To deobfuscate this in python simply use similar split method (found in re library), and then map numbers to chars by using chr() function.
A little more about the code
So now we deobfuscated the code, what we can gain from it? We can clearly see that this is a simple dropper, that uses WebClient class to connect to hardcoded domains, download a binary to %TEMP% directory and then launch it. The break instruction combined with try-catch clause assures that this script will connect to the domains provided until a download operation is completed successfully. So if it gets a binary from the first domain on the list, we will never see others in dynamic analysis. This is why deobfuscation is important.

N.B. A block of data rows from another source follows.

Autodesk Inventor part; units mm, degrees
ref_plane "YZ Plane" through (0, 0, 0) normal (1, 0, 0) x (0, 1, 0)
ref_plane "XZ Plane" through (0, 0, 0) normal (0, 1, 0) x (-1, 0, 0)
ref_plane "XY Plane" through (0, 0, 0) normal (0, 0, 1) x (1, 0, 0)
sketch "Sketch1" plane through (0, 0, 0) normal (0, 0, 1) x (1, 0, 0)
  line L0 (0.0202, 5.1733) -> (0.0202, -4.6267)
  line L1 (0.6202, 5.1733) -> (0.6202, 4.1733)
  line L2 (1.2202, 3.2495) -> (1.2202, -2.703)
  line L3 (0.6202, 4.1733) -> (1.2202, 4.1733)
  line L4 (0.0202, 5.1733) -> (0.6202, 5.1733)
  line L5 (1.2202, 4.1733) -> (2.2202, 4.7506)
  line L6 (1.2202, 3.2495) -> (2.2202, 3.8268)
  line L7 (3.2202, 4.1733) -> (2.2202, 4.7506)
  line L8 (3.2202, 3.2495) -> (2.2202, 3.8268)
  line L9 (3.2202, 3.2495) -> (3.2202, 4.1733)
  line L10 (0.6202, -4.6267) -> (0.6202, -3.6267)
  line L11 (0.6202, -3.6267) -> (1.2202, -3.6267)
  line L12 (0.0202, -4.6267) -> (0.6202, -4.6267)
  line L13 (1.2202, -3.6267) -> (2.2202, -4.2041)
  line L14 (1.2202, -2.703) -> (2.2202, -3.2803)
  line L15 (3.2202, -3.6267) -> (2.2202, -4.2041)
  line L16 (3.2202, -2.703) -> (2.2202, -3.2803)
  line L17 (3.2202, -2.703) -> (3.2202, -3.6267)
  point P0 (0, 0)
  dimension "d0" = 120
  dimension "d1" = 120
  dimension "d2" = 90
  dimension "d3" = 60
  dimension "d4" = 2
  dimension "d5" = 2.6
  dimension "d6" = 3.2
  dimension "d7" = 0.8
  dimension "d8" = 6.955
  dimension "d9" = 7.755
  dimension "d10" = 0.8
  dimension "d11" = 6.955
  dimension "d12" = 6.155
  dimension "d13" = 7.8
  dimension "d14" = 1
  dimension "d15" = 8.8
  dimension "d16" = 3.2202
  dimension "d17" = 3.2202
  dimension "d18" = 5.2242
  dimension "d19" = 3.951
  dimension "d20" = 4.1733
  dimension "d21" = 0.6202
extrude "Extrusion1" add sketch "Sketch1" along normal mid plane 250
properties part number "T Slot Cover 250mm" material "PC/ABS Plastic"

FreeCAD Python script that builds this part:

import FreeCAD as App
import Part
import Sketcher

doc = App.newDocument("Part")
body = doc.addObject("PartDesign::Body", "Body")

sketch1 = body.newObject("Sketcher::SketchObject", "Sketch")
sketch1.AttachmentSupport = (doc.getObject("XY_Plane"), [""])
sketch1.MapMode = "FlatFace"
sketch1.addGeometry(Part.LineSegment(App.Vector(0.6, 5.2, 0), App.Vector(0, 5.2, 0)), False)
sketch1.addGeometry(Part.LineSegment(App.Vector(0, 5.2, 0), App.Vector(0, -4.6, 0)), False)
sketch1.addGeometry(Part.LineSegment(App.Vector(0, -4.6, 0), App.Vector(0.6, -4.6, 0)), False)
sketch1.addGeometry(Part.LineSegment(App.Vector(0.6, -4.6, 0), App.Vector(0.6, -3.6, 0)), False)
sketch1.addGeometry(Part.LineSegment(App.Vector(0.6, -3.6, 0), App.Vector(1.2, -3.6, 0)), False)
sketch1.addGeometry(Part.LineSegment(App.Vector(1.2, -3.6, 0), App.Vector(2.2, -4.2, 0)), False)
sketch1.addGeometry(Part.LineSegment(App.Vector(2.2, -4.2, 0), App.Vector(3.2, -3.6, 0)), False)
sketch1.addGeometry(Part.LineSegment(App.Vector(3.2, -3.6, 0), App.Vector(3.2, -2.7, 0)), False)
sketch1.addGeometry(Part.LineSegment(App.Vector(3.2, -2.7, 0), App.Vector(2.2, -3.3, 0)), False)
sketch1.addGeometry(Part.LineSegment(App.Vector(2.2, -3.3, 0), App.Vector(1.2, -2.7, 0)), False)
sketch1.addGeometry(Part.LineSegment(App.Vector(1.2, -2.7, 0), App.Vector(1.2, 3.2, 0)), False)
sketch1.addGeometry(Part.LineSegment(App.Vector(1.2, 3.2, 0), App.Vector(2.2, 3.8, 0)), False)
sketch1.addGeometry(Part.LineSegment(App.Vector(2.2, 3.8, 0), App.Vector(3.2, 3.2, 0)), False)
sketch1.addGeometry(Part.LineSegment(App.Vector(3.2, 3.2, 0), App.Vector(3.2, 4.2, 0)), False)
sketch1.addGeometry(Part.LineSegment(App.Vector(3.2, 4.2, 0), App.Vector(2.2, 4.8, 0)), False)
sketch1.addGeometry(Part.LineSegment(App.Vector(2.2, 4.8, 0), App.Vector(1.2, 4.2, 0)), False)
sketch1.addGeometry(Part.LineSegment(App.Vector(1.2, 4.2, 0), App.Vector(0.6, 4.2, 0)), False)
sketch1.addGeometry(Part.LineSegment(App.Vector(0.6, 4.2, 0), App.Vector(0.6, 5.2, 0)), False)
sketch1.addConstraint(Sketcher.Constraint("Coincident", 0, 2, 1, 1))
sketch1.addConstraint(Sketcher.Constraint("Coincident", 1, 2, 2, 1))
sketch1.addConstraint(Sketcher.Constraint("Coincident", 2, 2, 3, 1))
sketch1.addConstraint(Sketcher.Constraint("Coincident", 3, 2, 4, 1))
sketch1.addConstraint(Sketcher.Constraint("Coincident", 4, 2, 5, 1))
sketch1.addConstraint(Sketcher.Constraint("Coincident", 5, 2, 6, 1))
sketch1.addConstraint(Sketcher.Constraint("Coincident", 6, 2, 7, 1))
sketch1.addConstraint(Sketcher.Constraint("Coincident", 7, 2, 8, 1))
sketch1.addConstraint(Sketcher.Constraint("Coincident", 8, 2, 9, 1))
sketch1.addConstraint(Sketcher.Constraint("Coincident", 9, 2, 10, 1))
sketch1.addConstraint(Sketcher.Constraint("Coincident", 10, 2, 11, 1))
sketch1.addConstraint(Sketcher.Constraint("Coincident", 11, 2, 12, 1))
sketch1.addConstraint(Sketcher.Constraint("Coincident", 12, 2, 13, 1))
sketch1.addConstraint(Sketcher.Constraint("Coincident", 13, 2, 14, 1))
sketch1.addConstraint(Sketcher.Constraint("Coincident", 14, 2, 15, 1))
sketch1.addConstraint(Sketcher.Constraint("Coincident", 15, 2, 16, 1))
sketch1.addConstraint(Sketcher.Constraint("Coincident", 16, 2, 17, 1))
sketch1.addConstraint(Sketcher.Constraint("Coincident", 17, 2, 0, 1))
sketch1.addConstraint(Sketcher.Constraint("Horizontal", 0))
sketch1.addConstraint(Sketcher.Constraint("Vertical", 1))
sketch1.addConstraint(Sketcher.Constraint("Horizontal", 2))
sketch1.addConstraint(Sketcher.Constraint("Vertical", 3))
sketch1.addConstraint(Sketcher.Constraint("Horizontal", 4))
sketch1.addConstraint(Sketcher.Constraint("Vertical", 7))
sketch1.addConstraint(Sketcher.Constraint("Vertical", 10))
sketch1.addConstraint(Sketcher.Constraint("Vertical", 13))
sketch1.addConstraint(Sketcher.Constraint("Horizontal", 16))
sketch1.addConstraint(Sketcher.Constraint("Vertical", 17))
sketch1.addConstraint(Sketcher.Constraint("Parallel", 6, 8))
sketch1.addConstraint(Sketcher.Constraint("Parallel", 5, 9))
sketch1.addConstraint(Sketcher.Constraint("Parallel", 8, 11))
sketch1.addConstraint(Sketcher.Constraint("Parallel", 9, 12))
sketch1.addConstraint(Sketcher.Constraint("Parallel", 12, 14))
sketch1.addConstraint(Sketcher.Constraint("Parallel", 11, 15))
sketch1.addConstraint(Sketcher.Constraint("Horizontal", 4, 2, 6, 2))
sketch1.addConstraint(Sketcher.Constraint("Horizontal", 7, 2, 9, 2))
sketch1.addConstraint(Sketcher.Constraint("Horizontal", 10, 2, 12, 2))
sketch1.addConstraint(Sketcher.Constraint("Horizontal", 13, 2, 15, 2))
sketch1.addConstraint(Sketcher.Constraint("Vertical", 5, 2, 8, 2))
sketch1.addConstraint(Sketcher.Constraint("Vertical", 8, 2, 11, 2))
sketch1.addConstraint(Sketcher.Constraint("Vertical", 7, 2, 12, 2))
sketch1.addConstraint(Sketcher.Constraint("Vertical", 11, 2, 14, 2))
sketch1.addConstraint(Sketcher.Constraint("Vertical", 3, 2, 16, 2))
sketch1.addConstraint(Sketcher.Constraint("Equal", 2, 4))
sketch1.addConstraint(Sketcher.Constraint("Equal", 7, 13))
sketch1.addConstraint(Sketcher.Constraint("Equal", 3, 17))
sketch1.addConstraint(Sketcher.Constraint("DistanceY", 3, 1, 3, 2, 1.0))
sketch1.addConstraint(Sketcher.Constraint("DistanceX", 4, 2, 5, 2, 1.0))
sketch1.addConstraint(Sketcher.Constraint("DistanceY", 3, 2, 0, 2, 8.8))
sketch1.addConstraint(Sketcher.Constraint("DistanceX", 3, 2, 6, 2, 2.6))
sketch1.addConstraint(Sketcher.Constraint("DistanceX", -1, 1, 2, 2, 0.6202))
sketch1.addConstraint(Sketcher.Constraint("DistanceY", -1, 1, 13, 2, 4.1733))
sketch1.addConstraint(Sketcher.Constraint("DistanceY", 7, 1, 7, 2, 0.9237))
sketch1.addConstraint(Sketcher.Constraint("DistanceY", 5, 2, -1, 1, 4.204))
pad1 = body.newObject("PartDesign::Pad", "Pad")
pad1.Profile = sketch1
pad1.Length = 250
pad1.Midplane = True

doc.recompute()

Many obfuscated powershell scripts (not only from Emotet) are using Invoke-Expression cmdlet to run an obfuscated string as a code. This is very important when we are working with powershell malicious code in the windows console, because missed invoke-expression cmdlet will launch a code instead of just displaying it. Therefore it is always important to look for disguised Invoke-Expression cmdlets. Why disguised? Because they are not always easy to spot. Firstly, powershell allows for usage of aliases for long commands. So for example built-in alias for Invoke-Expression is “iex”. But this is not the end! Powershell also allows to concatenate strings and use them as cmdlets, and strings can be stored in variables. You see the problem?
Let’s return to example with DeflateString compression. there is a following line at the beginning of the script:
It takes a value of a powershell’s built-in variable $verbosepreference, converts it to string, takes 2nd and 4th char, concatenates it with ‘X’ and concatenates them all together to one string using join operator.
What is the default value of $verbosepreference? It turns out it is ‘SilentlyContinue’. Second and forth chars of this string are, you guessed it, ‘i’ and ‘e’. When we concatenate them with ‘x’ we receive ‘iex’ – alias of Invoke-Expression cmdlet. Creepy? Kinda. this kind of tricks in powershell are very popular among malware developers.
Homework: Can you spot an Invoke-Expression cmdlet in third example (ASCII table)?
Deobfuscation script for Emotet
I put my deobfuscation script for Emotet on GitHub. You can use it and modify it as you wish. For now it automatically detects and deobfuscates all obfuscation methods described in this post.